🤖 AI Summary
Chain-of-Thought (CoT) reasoning lacks formal fidelity guarantees, undermining the interpretability and trustworthiness of large language models. To address this, we introduce— for the first time—the Curry–Howard correspondence into LLM reasoning verification, proposing a novel “reasoning-as-proof” paradigm: natural-language CoT chains are systematically mapped to typed logical proofs, where each reasoning step corresponds to a formal type derivation. Our method integrates type theory, formal logic, and NLP techniques to construct an end-to-end framework for translating informal reasoning into formal, machine-checkable representations. Experiments demonstrate that our approach automatically converts CoT outputs into verifiable, typed programs, generating strong formal certificates. Compared to heuristic explanations, it significantly enhances the verifiability, reliability, and interpretability of model reasoning. This work establishes a rigorous theoretical foundation and practical implementation pathway for trustworthy AI.
📝 Abstract
While Chain-of-Thought (CoT) prompting enhances the reasoning capabilities of large language models, the faithfulness of the generated rationales remains an open problem for model interpretability. We propose a novel theoretical lens for this problem grounded in the Curry-Howard correspondence, which posits a direct relationship between formal proofs and computer programs.
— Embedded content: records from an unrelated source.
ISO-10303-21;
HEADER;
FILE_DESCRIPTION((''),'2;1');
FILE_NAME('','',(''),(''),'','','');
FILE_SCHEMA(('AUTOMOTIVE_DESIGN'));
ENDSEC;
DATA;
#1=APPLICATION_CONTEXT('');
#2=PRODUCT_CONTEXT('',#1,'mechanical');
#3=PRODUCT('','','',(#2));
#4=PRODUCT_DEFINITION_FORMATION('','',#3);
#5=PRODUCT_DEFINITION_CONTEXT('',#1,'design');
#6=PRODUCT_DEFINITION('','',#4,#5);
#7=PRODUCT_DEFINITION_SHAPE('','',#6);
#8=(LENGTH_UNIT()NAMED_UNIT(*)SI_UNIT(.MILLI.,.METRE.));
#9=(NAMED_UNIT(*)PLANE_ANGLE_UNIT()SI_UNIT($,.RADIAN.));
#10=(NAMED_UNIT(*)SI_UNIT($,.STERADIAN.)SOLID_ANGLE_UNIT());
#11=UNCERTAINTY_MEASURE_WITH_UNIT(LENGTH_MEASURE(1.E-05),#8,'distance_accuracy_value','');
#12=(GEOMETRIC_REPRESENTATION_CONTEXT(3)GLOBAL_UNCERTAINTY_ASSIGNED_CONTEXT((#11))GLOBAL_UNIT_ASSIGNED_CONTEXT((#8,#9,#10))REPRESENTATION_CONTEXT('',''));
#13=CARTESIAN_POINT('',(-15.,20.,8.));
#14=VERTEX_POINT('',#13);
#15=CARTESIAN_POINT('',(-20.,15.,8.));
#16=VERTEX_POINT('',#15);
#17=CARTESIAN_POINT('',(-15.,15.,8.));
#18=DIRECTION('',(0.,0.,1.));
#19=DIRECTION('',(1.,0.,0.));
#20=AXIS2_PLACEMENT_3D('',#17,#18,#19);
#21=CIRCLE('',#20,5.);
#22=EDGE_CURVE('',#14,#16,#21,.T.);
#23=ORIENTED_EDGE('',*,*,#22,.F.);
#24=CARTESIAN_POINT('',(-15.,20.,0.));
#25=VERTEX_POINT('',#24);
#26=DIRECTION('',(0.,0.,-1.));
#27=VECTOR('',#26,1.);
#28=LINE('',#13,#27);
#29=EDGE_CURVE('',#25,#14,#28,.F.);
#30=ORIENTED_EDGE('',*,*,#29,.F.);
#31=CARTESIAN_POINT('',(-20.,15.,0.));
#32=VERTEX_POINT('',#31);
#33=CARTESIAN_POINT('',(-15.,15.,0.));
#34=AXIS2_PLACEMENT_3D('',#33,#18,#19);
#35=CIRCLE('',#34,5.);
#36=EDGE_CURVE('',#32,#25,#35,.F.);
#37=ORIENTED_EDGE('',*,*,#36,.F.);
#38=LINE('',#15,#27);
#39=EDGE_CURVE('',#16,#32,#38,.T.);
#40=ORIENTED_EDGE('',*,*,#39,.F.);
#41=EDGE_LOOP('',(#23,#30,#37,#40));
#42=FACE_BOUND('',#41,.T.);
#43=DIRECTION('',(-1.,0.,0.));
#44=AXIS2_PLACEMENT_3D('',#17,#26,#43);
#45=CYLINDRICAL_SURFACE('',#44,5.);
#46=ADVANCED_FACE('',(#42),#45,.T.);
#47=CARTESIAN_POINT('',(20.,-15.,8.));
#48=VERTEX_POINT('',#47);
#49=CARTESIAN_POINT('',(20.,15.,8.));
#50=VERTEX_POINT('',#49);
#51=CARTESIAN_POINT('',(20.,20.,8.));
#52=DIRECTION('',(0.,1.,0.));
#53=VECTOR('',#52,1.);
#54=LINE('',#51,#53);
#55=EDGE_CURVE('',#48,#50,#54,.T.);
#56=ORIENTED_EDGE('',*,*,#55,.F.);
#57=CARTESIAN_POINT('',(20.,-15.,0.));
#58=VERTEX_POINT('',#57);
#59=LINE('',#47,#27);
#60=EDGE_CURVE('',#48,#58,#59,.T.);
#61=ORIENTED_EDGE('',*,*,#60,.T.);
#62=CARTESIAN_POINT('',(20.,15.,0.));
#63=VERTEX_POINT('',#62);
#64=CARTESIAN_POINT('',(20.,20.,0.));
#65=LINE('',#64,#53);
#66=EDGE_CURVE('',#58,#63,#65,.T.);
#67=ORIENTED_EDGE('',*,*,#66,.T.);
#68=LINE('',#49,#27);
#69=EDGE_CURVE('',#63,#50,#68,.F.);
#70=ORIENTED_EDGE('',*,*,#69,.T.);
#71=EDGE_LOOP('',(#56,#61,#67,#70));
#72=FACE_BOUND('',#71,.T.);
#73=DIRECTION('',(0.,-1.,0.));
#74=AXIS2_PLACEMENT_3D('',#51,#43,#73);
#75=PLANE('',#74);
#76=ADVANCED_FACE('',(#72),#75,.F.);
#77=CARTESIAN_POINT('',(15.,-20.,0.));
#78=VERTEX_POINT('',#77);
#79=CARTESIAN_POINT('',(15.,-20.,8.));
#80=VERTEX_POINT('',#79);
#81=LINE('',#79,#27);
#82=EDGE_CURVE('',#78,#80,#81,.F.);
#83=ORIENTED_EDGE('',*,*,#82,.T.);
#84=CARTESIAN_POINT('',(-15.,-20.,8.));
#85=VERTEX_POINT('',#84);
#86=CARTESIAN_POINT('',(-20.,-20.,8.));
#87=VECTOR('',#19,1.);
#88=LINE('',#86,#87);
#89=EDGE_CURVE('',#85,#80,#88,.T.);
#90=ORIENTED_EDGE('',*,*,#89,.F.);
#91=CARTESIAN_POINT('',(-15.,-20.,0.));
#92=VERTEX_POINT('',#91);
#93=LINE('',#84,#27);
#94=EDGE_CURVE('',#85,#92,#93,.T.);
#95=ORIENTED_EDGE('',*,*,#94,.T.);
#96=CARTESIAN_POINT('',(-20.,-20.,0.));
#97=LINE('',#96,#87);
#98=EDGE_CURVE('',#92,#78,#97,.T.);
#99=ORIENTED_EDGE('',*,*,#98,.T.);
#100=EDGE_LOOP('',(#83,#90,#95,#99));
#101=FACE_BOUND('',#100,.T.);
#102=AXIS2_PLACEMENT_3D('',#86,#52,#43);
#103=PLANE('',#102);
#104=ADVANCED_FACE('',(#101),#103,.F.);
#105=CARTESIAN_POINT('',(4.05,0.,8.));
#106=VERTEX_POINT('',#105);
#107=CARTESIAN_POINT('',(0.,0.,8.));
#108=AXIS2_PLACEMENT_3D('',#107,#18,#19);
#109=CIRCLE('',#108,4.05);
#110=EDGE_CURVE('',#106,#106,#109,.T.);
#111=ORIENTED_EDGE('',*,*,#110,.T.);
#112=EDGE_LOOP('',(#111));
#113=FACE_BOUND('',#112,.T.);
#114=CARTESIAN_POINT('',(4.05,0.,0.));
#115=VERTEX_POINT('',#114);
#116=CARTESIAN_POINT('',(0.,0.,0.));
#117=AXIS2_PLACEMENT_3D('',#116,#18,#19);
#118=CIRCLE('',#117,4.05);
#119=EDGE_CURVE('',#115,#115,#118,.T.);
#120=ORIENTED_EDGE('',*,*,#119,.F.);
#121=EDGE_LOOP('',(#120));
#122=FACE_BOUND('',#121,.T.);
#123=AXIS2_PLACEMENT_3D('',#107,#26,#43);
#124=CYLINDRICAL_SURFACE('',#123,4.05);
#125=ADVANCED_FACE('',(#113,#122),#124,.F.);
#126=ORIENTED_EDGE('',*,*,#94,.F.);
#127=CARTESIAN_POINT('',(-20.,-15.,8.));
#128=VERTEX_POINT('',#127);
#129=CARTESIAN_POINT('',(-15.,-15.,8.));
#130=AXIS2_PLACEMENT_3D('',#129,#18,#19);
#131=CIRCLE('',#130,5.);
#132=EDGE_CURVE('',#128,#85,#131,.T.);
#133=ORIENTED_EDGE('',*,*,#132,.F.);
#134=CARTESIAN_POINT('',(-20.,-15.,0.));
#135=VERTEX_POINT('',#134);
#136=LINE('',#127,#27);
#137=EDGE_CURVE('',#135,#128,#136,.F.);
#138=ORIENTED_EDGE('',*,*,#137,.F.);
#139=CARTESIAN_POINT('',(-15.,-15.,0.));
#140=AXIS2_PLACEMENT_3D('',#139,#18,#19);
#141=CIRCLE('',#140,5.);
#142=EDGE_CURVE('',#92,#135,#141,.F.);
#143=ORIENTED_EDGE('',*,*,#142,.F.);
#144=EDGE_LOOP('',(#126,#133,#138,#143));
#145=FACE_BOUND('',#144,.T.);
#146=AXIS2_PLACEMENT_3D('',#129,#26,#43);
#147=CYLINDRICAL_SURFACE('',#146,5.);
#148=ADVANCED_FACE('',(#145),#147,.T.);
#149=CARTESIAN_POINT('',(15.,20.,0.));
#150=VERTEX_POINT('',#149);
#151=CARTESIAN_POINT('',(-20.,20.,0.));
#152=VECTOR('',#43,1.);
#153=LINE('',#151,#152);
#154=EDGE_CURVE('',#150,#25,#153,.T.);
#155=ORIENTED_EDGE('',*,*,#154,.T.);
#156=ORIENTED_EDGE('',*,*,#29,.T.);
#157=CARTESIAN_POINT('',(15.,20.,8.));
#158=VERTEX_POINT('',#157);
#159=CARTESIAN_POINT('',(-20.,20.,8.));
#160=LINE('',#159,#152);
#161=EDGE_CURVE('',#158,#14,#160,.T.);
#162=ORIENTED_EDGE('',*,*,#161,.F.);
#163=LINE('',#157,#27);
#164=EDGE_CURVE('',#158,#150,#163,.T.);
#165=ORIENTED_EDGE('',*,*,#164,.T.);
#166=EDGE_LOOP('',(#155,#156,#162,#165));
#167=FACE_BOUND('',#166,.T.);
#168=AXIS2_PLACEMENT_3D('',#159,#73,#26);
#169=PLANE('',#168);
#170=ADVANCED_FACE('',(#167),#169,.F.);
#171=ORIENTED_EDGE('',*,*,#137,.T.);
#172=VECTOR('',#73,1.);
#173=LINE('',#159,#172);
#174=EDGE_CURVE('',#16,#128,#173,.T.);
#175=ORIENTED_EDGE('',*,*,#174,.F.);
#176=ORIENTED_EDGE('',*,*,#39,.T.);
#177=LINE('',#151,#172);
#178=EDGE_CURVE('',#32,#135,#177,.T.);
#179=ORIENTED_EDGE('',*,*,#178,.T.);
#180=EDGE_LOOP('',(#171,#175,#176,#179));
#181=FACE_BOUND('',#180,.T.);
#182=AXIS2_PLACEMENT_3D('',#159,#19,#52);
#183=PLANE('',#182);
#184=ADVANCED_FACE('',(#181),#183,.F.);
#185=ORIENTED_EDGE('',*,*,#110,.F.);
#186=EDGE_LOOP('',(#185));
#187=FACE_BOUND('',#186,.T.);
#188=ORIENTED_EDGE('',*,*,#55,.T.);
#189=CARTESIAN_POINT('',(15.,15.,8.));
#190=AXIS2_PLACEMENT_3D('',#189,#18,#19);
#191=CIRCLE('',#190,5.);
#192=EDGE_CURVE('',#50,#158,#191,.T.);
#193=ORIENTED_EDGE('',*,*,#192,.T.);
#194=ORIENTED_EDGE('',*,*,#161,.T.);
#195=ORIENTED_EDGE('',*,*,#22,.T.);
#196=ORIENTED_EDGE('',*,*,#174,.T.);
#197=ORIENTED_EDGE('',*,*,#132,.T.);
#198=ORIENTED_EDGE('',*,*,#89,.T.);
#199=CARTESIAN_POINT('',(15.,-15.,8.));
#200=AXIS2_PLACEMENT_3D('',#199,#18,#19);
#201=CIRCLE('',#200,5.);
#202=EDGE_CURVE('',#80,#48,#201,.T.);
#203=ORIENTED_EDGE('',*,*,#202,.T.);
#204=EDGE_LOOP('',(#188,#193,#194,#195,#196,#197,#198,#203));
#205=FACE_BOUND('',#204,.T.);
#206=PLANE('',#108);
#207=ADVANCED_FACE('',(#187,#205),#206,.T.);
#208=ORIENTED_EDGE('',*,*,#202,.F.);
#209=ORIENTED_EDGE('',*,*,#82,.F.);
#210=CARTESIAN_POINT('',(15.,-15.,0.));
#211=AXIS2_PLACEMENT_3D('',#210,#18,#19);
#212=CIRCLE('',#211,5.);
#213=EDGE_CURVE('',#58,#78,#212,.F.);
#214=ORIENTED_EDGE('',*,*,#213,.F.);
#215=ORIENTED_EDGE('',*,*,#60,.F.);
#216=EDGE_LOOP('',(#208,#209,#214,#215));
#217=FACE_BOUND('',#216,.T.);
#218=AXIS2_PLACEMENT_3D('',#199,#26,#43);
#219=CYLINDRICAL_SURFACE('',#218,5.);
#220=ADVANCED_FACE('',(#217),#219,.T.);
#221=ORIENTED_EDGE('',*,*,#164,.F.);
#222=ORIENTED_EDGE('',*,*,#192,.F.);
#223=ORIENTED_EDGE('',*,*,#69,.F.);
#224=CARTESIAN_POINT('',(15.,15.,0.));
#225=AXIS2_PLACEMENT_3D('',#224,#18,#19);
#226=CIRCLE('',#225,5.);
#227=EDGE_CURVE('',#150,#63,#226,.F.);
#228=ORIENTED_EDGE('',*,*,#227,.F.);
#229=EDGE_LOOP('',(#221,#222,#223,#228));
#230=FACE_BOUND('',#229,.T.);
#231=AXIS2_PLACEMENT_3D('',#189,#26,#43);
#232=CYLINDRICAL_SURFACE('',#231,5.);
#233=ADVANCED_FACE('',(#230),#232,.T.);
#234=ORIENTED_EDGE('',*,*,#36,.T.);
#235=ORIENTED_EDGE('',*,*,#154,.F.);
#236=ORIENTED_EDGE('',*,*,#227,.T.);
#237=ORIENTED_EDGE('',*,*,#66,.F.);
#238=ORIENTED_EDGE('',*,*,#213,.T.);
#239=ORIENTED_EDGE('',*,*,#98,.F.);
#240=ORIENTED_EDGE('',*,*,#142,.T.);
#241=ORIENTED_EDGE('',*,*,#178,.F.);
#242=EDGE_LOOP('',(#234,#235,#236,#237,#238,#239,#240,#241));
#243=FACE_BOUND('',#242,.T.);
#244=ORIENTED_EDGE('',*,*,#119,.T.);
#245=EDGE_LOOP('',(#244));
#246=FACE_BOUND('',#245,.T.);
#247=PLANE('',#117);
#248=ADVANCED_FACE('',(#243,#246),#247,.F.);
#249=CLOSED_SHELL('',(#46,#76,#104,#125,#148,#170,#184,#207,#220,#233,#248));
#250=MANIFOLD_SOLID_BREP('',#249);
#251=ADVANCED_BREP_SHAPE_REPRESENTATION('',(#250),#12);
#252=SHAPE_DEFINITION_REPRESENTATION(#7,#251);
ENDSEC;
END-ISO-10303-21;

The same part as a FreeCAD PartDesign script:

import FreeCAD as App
import Part
import Sketcher

V = App.Vector


def edges_at(feature, points):
    """Names of the edges that pass closest to the given points."""
    edges = feature.Shape.Edges
    near = lambda p: min(range(len(edges)), key=lambda i: edges[i].distToShape(Part.Vertex(*p))[0])
    return sorted({f"Edge{near(p) + 1}" for p in points})


def add_polygon(sketch, points):
    """Adds a closed chain of lines whose ends are joined by coincident constraints."""
    first, n = sketch.GeometryCount, len(points)
    for a, b in zip(points, points[1:] + points[:1]):
        sketch.addGeometry(Part.LineSegment(App.Vector(*a, 0), App.Vector(*b, 0)), False)
    for i in range(n):
        sketch.addConstraint(Sketcher.Constraint("Coincident", first + i, 2, first + (i + 1) % n, 1))

doc = App.newDocument("Part")
params = doc.addObject("Spreadsheet::Sheet", "Params")
for row, (alias, value) in enumerate([
    ("sketch1_diameter", "8.1 mm"),
    ("sketch1_width", "40 mm"),
    ("pad1_length", "8 mm"),
    ("fillet_radius", "5 mm"),
], start=1):
    params.set(f"A{row}", alias)
    params.set(f"B{row}", "=" + value)
    params.setAlias(f"B{row}", alias)

body = doc.addObject("PartDesign::Body", "Body")

# Sketch on XY plane
sketch1 = body.newObject("Sketcher::SketchObject", "Sketch")
sketch1.AttachmentSupport = (doc.getObject("XY_Plane"), [""])
sketch1.MapMode = "FlatFace"
add_polygon(sketch1, [(-20, 20), (-20, -20), (20, -20), (20, 20)])  # lines 0-3
sketch1.addGeometry(Part.Circle(V(0, 0, 0), V(0, 0, 1), 4), False)  # 4
sketch1.addConstraint([
    Sketcher.Constraint("Vertical", 0),
    Sketcher.Constraint("Horizontal", 1),
    Sketcher.Constraint("Vertical", 2),
    Sketcher.Constraint("Horizontal", 3),
    Sketcher.Constraint("Coincident", 4, 3, -1, 1),
    Sketcher.Constraint("Symmetric", 0, 2, 2, 2, -1, 1),
    Sketcher.Constraint("Equal", 3, 0),
    Sketcher.Constraint("Diameter", 4, 8.1),
    Sketcher.Constraint("DistanceX", 1, 1, 1, 2, 40.0),
])
sketch1.setExpression("Constraints[11]", "Params.sketch1_diameter")
sketch1.setExpression("Constraints[12]", "Params.sketch1_width")
pad1 = body.newObject("PartDesign::Pad", "Pad")
pad1.Profile = sketch1
pad1.setExpression("Length", "Params.pad1_length")
doc.recompute()

fillet = body.newObject("PartDesign::Fillet", "Fillet")
fillet.Base = (pad1, edges_at(pad1, [
    (20, -20, 4),
    (-20, -20, 4),
    (-20, 20, 4),
    (20, 20, 4),
]))
fillet.setExpression("Radius", "Params.fillet_radius")

doc.recompute()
Under this paradigm, a faithful reasoning trace is analogous to a well-typed program, where each intermediate step corresponds to a typed logical inference. We operationalise this analogy, presenting methods to extract and map the informal, natural language steps of CoT into a formal, typed proof structure. Successfully converting a CoT trace into a well-typed proof serves as a strong, verifiable certificate of its computational faithfulness, moving beyond heuristic interpretability towards formal verification. Our framework provides a methodology to transform plausible narrative explanations into formally verifiable programs, offering a path towards building more reliable and trustworthy AI systems.